### Exercise data:
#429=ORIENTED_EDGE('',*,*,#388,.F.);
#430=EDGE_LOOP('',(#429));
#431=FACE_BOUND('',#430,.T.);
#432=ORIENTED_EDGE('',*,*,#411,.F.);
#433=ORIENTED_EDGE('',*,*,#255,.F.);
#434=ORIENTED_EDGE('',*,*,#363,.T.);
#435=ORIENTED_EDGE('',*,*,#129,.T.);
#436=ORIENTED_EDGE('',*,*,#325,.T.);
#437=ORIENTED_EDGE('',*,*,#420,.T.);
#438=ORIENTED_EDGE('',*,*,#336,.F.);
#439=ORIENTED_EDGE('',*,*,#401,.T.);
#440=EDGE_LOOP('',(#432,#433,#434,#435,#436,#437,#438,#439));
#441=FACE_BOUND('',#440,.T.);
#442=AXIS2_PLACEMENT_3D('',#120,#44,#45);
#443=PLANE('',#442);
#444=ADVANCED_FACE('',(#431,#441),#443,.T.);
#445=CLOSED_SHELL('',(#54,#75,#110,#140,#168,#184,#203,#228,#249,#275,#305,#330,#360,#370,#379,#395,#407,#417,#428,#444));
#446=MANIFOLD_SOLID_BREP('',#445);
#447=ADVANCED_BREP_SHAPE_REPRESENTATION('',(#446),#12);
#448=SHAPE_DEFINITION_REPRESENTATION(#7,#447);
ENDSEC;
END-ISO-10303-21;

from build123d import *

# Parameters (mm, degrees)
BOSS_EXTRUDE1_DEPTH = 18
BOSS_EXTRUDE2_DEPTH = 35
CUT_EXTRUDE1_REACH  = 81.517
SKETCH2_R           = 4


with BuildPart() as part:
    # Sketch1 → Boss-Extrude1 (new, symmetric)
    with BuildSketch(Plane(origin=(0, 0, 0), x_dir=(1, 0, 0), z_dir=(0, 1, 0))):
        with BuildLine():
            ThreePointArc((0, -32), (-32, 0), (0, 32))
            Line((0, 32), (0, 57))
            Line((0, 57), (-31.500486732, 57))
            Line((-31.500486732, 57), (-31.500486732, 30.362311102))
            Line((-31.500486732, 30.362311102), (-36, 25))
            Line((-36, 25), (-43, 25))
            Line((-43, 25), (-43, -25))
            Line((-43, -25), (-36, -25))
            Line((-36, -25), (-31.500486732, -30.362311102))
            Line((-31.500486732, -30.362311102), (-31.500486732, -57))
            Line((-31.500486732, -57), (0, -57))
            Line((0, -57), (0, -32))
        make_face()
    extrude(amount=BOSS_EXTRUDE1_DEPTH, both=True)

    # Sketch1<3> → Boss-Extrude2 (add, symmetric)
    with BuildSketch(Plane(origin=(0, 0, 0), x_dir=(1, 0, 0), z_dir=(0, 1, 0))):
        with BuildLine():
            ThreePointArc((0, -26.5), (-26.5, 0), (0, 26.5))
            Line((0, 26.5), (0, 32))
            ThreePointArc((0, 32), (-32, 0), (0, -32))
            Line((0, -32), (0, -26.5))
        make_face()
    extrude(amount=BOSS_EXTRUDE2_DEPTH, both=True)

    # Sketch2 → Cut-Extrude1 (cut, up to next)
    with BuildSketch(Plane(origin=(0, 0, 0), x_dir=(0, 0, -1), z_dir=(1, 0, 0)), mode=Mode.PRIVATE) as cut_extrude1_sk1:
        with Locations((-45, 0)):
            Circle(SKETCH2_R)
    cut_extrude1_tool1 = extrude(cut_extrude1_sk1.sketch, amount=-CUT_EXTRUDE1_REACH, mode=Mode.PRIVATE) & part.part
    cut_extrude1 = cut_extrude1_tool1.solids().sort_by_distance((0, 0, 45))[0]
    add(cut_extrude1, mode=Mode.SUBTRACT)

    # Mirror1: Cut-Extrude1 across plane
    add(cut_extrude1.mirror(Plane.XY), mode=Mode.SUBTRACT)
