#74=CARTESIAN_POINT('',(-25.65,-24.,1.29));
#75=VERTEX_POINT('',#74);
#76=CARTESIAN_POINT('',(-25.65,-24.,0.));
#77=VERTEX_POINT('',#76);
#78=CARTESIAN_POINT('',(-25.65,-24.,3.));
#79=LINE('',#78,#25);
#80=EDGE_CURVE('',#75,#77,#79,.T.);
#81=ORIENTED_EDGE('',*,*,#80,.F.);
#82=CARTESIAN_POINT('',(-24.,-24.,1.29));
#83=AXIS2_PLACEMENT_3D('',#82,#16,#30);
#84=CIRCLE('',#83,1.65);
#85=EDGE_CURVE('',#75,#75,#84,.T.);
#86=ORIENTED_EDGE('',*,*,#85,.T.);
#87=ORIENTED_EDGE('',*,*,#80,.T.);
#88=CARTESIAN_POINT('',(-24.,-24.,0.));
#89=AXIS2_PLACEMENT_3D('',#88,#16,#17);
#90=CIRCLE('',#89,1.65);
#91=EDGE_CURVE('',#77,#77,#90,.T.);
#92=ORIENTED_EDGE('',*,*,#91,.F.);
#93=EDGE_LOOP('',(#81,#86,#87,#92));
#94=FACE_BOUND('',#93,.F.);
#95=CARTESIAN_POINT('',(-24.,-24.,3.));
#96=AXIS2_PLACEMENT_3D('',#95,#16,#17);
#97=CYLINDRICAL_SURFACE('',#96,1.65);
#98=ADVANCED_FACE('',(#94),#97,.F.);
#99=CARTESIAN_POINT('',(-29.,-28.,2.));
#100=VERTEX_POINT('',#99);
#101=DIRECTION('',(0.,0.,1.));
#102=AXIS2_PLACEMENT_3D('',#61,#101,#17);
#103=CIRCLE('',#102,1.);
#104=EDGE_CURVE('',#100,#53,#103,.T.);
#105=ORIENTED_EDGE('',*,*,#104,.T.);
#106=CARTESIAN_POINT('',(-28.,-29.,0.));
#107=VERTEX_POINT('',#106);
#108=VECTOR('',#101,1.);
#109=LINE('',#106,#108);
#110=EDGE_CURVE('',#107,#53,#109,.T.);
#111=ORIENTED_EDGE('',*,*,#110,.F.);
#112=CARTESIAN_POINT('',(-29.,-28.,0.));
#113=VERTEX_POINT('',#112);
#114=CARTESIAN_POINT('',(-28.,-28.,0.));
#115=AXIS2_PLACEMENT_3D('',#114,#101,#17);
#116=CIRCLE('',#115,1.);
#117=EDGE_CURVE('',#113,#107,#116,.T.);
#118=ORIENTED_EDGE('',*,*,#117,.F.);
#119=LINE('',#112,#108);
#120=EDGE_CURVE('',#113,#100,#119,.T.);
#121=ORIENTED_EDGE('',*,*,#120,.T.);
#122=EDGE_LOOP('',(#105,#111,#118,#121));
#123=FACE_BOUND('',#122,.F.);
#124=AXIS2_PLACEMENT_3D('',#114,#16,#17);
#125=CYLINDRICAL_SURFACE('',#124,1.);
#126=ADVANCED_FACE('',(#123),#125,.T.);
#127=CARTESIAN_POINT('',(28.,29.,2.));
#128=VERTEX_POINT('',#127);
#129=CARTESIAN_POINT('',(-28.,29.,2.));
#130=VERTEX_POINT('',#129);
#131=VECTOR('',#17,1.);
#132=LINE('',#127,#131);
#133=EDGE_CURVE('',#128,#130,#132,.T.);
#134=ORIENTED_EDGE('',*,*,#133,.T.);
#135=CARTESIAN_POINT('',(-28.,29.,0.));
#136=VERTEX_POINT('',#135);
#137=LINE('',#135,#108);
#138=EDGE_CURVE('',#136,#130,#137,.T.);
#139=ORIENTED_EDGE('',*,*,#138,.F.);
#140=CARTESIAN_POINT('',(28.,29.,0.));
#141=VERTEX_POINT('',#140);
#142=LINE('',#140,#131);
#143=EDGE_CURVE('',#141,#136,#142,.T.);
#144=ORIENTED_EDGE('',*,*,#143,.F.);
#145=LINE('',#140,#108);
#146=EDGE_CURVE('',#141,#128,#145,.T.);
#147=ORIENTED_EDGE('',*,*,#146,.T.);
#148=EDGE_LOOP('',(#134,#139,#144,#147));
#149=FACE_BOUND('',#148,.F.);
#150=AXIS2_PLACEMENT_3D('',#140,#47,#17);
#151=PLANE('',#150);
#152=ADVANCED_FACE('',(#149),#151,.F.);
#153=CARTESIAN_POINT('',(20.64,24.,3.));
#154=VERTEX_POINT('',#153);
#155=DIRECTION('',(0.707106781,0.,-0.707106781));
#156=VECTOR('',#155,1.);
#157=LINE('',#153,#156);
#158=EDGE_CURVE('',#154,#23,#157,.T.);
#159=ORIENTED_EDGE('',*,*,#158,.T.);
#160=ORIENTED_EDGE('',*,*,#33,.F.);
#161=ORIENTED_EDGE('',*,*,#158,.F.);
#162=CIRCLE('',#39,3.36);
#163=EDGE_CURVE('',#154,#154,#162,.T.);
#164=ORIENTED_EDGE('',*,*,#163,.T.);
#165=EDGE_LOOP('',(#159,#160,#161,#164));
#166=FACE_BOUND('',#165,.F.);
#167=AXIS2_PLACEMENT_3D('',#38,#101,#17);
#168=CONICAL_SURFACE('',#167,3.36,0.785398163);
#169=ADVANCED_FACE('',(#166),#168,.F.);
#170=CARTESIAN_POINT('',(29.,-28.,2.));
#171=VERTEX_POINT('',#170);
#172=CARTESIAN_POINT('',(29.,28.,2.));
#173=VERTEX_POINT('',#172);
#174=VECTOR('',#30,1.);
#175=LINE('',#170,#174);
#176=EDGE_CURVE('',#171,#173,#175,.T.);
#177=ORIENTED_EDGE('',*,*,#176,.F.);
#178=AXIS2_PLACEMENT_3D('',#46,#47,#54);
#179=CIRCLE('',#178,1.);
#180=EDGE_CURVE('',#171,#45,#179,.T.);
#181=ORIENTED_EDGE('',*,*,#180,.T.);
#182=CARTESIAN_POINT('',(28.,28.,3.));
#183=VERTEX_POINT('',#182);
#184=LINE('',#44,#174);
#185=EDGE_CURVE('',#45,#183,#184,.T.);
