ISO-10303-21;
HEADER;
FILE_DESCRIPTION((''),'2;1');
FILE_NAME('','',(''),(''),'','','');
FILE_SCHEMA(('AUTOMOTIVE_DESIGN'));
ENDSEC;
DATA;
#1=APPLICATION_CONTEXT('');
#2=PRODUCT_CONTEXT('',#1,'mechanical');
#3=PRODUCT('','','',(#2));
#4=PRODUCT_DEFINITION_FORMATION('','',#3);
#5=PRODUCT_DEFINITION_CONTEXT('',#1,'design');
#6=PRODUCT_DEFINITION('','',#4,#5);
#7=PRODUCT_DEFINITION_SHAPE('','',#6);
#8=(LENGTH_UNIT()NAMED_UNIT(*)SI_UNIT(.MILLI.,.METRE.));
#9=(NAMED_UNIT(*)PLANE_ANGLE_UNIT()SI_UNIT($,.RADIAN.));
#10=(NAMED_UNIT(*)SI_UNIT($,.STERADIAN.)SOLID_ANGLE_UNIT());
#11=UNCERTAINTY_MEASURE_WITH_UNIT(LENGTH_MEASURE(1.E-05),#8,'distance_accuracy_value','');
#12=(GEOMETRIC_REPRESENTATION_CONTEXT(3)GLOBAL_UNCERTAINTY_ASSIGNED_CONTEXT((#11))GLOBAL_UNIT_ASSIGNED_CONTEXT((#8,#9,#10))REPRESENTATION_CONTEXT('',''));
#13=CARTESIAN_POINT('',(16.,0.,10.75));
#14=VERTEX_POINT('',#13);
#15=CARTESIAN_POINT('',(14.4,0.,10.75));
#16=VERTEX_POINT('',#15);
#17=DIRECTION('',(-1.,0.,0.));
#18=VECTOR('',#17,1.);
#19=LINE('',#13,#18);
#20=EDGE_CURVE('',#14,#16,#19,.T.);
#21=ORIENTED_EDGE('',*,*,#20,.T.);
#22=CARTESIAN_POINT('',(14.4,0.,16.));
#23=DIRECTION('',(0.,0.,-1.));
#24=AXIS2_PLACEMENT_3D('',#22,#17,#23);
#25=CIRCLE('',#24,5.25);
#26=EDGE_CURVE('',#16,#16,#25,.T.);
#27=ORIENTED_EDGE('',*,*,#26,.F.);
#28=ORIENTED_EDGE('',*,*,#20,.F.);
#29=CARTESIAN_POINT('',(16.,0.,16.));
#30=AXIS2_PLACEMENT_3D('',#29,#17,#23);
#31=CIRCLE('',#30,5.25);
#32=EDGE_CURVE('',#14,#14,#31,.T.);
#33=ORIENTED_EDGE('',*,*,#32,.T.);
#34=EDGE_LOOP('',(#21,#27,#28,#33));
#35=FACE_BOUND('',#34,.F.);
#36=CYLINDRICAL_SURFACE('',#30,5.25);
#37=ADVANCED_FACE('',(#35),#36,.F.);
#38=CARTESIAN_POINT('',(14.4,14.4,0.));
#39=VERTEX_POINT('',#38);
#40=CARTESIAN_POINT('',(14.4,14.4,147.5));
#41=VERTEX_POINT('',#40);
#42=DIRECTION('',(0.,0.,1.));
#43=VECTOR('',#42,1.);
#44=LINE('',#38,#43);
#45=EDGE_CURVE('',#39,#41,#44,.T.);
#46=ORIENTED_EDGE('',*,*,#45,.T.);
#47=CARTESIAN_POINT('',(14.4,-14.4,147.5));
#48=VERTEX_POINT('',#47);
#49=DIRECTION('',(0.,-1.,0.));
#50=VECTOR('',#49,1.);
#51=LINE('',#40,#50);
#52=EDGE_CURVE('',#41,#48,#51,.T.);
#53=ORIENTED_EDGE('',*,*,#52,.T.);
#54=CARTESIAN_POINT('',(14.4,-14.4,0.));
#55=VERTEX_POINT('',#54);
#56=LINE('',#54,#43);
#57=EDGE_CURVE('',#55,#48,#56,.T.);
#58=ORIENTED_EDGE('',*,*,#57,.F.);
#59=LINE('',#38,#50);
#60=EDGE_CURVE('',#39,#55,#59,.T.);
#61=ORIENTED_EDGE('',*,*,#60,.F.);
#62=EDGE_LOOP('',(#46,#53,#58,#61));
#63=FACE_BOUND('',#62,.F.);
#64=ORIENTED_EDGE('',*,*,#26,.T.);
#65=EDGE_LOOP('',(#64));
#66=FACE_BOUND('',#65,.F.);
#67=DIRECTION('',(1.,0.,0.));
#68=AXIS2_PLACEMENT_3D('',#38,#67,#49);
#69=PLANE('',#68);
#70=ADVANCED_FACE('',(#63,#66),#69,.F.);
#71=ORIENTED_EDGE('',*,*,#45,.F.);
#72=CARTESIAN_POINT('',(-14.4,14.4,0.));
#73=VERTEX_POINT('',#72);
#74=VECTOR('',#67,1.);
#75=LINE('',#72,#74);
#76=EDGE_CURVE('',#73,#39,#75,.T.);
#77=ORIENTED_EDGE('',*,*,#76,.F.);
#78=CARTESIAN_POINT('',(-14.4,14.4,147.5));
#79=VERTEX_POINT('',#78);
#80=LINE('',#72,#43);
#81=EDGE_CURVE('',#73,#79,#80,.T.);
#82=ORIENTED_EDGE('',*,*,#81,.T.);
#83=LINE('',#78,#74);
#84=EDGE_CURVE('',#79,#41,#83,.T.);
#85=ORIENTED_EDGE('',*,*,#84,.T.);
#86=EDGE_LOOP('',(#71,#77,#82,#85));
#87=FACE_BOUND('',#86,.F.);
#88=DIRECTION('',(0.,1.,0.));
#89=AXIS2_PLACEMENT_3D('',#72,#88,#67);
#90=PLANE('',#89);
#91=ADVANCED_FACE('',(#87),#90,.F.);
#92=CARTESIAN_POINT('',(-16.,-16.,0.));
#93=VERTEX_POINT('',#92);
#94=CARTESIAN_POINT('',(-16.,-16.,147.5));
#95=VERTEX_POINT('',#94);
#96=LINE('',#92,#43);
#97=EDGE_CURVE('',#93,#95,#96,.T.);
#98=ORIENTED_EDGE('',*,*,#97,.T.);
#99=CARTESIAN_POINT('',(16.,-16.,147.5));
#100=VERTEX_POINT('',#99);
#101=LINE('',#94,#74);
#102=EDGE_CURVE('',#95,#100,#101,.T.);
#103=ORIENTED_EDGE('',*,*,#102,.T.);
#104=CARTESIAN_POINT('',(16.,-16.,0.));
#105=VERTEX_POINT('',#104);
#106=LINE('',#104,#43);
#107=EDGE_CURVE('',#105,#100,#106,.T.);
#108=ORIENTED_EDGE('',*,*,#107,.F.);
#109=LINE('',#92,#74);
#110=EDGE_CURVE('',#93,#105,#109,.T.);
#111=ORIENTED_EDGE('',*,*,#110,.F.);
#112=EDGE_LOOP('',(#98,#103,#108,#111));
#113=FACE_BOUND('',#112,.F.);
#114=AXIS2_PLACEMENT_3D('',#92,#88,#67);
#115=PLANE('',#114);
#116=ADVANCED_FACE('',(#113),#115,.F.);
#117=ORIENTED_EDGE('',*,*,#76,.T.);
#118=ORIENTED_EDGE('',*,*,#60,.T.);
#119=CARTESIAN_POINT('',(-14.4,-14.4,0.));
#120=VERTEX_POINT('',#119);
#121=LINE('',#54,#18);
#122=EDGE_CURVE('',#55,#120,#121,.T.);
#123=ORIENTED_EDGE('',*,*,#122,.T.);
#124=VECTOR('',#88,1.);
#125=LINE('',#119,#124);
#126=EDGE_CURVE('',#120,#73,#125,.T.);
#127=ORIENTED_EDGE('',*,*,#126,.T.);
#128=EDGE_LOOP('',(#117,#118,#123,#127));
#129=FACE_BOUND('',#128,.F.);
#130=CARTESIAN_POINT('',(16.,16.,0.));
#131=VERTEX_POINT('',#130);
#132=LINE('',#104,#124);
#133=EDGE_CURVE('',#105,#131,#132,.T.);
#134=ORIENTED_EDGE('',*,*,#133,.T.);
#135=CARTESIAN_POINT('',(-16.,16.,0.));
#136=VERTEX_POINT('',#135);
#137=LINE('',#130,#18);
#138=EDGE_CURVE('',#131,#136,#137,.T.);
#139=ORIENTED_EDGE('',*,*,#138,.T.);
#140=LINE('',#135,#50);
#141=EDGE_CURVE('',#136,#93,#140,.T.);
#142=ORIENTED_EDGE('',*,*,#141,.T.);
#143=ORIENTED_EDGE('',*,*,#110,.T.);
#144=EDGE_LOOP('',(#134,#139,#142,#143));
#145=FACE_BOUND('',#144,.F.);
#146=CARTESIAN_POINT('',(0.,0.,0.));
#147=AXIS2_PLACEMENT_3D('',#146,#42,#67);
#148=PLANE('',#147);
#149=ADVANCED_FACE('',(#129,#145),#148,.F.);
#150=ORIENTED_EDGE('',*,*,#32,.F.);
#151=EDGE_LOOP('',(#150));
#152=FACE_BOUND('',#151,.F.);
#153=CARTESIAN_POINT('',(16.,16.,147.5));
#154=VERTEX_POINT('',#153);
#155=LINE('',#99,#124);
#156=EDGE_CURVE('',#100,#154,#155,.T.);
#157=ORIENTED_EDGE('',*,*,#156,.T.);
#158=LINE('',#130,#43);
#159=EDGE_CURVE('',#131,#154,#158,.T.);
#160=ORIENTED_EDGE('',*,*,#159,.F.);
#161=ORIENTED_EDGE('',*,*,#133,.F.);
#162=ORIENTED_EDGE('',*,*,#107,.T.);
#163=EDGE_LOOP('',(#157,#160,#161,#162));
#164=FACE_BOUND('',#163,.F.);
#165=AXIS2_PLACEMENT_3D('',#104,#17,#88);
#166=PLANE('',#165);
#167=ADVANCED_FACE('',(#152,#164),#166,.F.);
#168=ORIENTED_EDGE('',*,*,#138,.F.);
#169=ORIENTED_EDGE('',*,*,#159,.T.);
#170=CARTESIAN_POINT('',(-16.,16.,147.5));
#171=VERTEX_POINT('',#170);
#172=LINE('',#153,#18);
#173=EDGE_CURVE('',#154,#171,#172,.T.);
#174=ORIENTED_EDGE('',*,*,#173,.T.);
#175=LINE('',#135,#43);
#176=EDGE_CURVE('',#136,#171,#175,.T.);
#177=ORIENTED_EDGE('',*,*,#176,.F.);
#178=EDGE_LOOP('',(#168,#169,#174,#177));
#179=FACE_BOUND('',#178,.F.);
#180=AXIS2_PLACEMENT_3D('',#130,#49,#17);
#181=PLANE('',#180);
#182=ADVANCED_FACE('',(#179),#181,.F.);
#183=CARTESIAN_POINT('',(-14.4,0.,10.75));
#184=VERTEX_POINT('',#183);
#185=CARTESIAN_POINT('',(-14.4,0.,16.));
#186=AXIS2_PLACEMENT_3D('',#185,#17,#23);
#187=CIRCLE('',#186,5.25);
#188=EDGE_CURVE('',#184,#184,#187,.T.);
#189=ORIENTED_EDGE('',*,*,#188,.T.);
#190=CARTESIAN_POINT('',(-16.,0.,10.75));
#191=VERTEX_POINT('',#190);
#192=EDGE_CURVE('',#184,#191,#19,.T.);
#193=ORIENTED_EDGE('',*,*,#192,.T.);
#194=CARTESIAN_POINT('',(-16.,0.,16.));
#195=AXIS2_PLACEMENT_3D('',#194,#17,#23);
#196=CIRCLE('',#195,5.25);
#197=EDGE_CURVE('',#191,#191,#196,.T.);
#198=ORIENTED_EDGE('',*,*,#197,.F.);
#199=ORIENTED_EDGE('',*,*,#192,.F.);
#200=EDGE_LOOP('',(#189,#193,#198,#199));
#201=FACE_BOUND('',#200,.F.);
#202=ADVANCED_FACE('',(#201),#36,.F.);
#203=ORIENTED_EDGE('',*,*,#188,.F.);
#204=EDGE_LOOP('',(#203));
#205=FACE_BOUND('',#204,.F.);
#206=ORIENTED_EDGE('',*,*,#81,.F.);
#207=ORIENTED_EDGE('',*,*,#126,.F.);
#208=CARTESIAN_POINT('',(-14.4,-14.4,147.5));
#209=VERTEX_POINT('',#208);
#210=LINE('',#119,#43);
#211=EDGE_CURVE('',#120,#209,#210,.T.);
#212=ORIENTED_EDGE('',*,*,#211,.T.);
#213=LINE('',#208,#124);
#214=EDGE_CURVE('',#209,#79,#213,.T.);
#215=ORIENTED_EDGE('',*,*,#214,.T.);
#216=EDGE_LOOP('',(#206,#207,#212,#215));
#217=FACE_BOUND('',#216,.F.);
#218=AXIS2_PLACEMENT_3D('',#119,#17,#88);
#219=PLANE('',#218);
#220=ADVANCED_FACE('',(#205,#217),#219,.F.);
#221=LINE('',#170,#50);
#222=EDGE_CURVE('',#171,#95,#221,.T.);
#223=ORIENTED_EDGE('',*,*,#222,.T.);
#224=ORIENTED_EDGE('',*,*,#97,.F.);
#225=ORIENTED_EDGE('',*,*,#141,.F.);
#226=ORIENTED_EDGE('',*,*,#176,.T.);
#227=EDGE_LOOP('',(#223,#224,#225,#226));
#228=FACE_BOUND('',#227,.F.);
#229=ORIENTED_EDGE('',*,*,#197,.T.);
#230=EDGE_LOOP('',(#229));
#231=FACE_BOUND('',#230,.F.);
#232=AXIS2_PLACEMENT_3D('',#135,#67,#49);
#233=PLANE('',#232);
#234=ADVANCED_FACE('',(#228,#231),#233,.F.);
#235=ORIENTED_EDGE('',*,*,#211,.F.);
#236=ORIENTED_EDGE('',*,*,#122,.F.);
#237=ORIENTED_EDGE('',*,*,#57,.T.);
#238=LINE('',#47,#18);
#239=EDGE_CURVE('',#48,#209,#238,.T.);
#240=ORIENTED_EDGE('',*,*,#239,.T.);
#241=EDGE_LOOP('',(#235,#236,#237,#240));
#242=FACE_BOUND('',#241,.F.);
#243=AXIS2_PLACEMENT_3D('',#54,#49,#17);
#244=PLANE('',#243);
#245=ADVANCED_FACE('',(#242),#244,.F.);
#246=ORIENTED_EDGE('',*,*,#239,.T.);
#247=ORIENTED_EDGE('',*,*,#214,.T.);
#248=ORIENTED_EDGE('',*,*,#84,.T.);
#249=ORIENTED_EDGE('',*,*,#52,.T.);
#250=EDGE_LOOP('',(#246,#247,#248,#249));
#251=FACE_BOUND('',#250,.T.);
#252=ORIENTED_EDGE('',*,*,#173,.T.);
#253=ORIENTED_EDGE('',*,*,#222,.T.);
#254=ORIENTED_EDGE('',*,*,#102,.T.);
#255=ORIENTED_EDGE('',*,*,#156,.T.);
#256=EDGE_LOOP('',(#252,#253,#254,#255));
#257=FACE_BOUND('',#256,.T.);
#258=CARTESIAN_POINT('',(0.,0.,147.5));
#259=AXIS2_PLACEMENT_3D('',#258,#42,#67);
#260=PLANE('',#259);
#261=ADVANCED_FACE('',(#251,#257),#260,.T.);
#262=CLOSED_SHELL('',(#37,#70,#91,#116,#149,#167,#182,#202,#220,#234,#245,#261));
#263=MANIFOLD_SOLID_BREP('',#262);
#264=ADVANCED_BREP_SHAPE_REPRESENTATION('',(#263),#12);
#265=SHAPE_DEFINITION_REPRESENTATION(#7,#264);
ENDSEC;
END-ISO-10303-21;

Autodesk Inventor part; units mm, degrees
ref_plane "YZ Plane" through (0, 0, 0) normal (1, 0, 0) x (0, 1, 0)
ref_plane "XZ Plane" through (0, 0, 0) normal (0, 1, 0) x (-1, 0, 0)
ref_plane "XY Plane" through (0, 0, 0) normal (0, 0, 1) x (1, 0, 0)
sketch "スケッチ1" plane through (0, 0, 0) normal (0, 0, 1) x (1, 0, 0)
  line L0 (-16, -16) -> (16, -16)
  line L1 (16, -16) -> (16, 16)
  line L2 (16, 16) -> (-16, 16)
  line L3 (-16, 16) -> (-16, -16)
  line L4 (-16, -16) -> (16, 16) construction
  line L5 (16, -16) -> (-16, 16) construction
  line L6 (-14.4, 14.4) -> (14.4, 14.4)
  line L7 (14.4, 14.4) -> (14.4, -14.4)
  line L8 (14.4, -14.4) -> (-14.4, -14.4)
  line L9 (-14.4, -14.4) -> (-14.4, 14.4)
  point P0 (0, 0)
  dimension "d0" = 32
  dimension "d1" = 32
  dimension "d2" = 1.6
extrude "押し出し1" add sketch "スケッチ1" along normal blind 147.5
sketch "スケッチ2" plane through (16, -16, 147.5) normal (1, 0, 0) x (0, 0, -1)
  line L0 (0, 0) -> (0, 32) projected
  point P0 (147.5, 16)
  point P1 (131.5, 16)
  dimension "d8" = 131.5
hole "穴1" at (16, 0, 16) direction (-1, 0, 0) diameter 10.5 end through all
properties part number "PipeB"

### Exercise instructions:
Above are the records. Print exactly, and only, the lines from the line with "#113=VERTEX_POINT('',#112);" to the line with "#122=EDGE_LOOP('',(#105,#111,#118,#121));", both inclusive.

### Answer for the task:
#113=VERTEX_POINT('',#112);
#114=CARTESIAN_POINT('',(-28.,-28.,0.));
#115=AXIS2_PLACEMENT_3D('',#114,#101,#17);
#116=CIRCLE('',#115,1.);
#117=EDGE_CURVE('',#113,#107,#116,.T.);
#118=ORIENTED_EDGE('',*,*,#117,.F.);
#119=LINE('',#112,#108);
#120=EDGE_CURVE('',#113,#100,#119,.T.);
#121=ORIENTED_EDGE('',*,*,#120,.T.);
#122=EDGE_LOOP('',(#105,#111,#118,#121));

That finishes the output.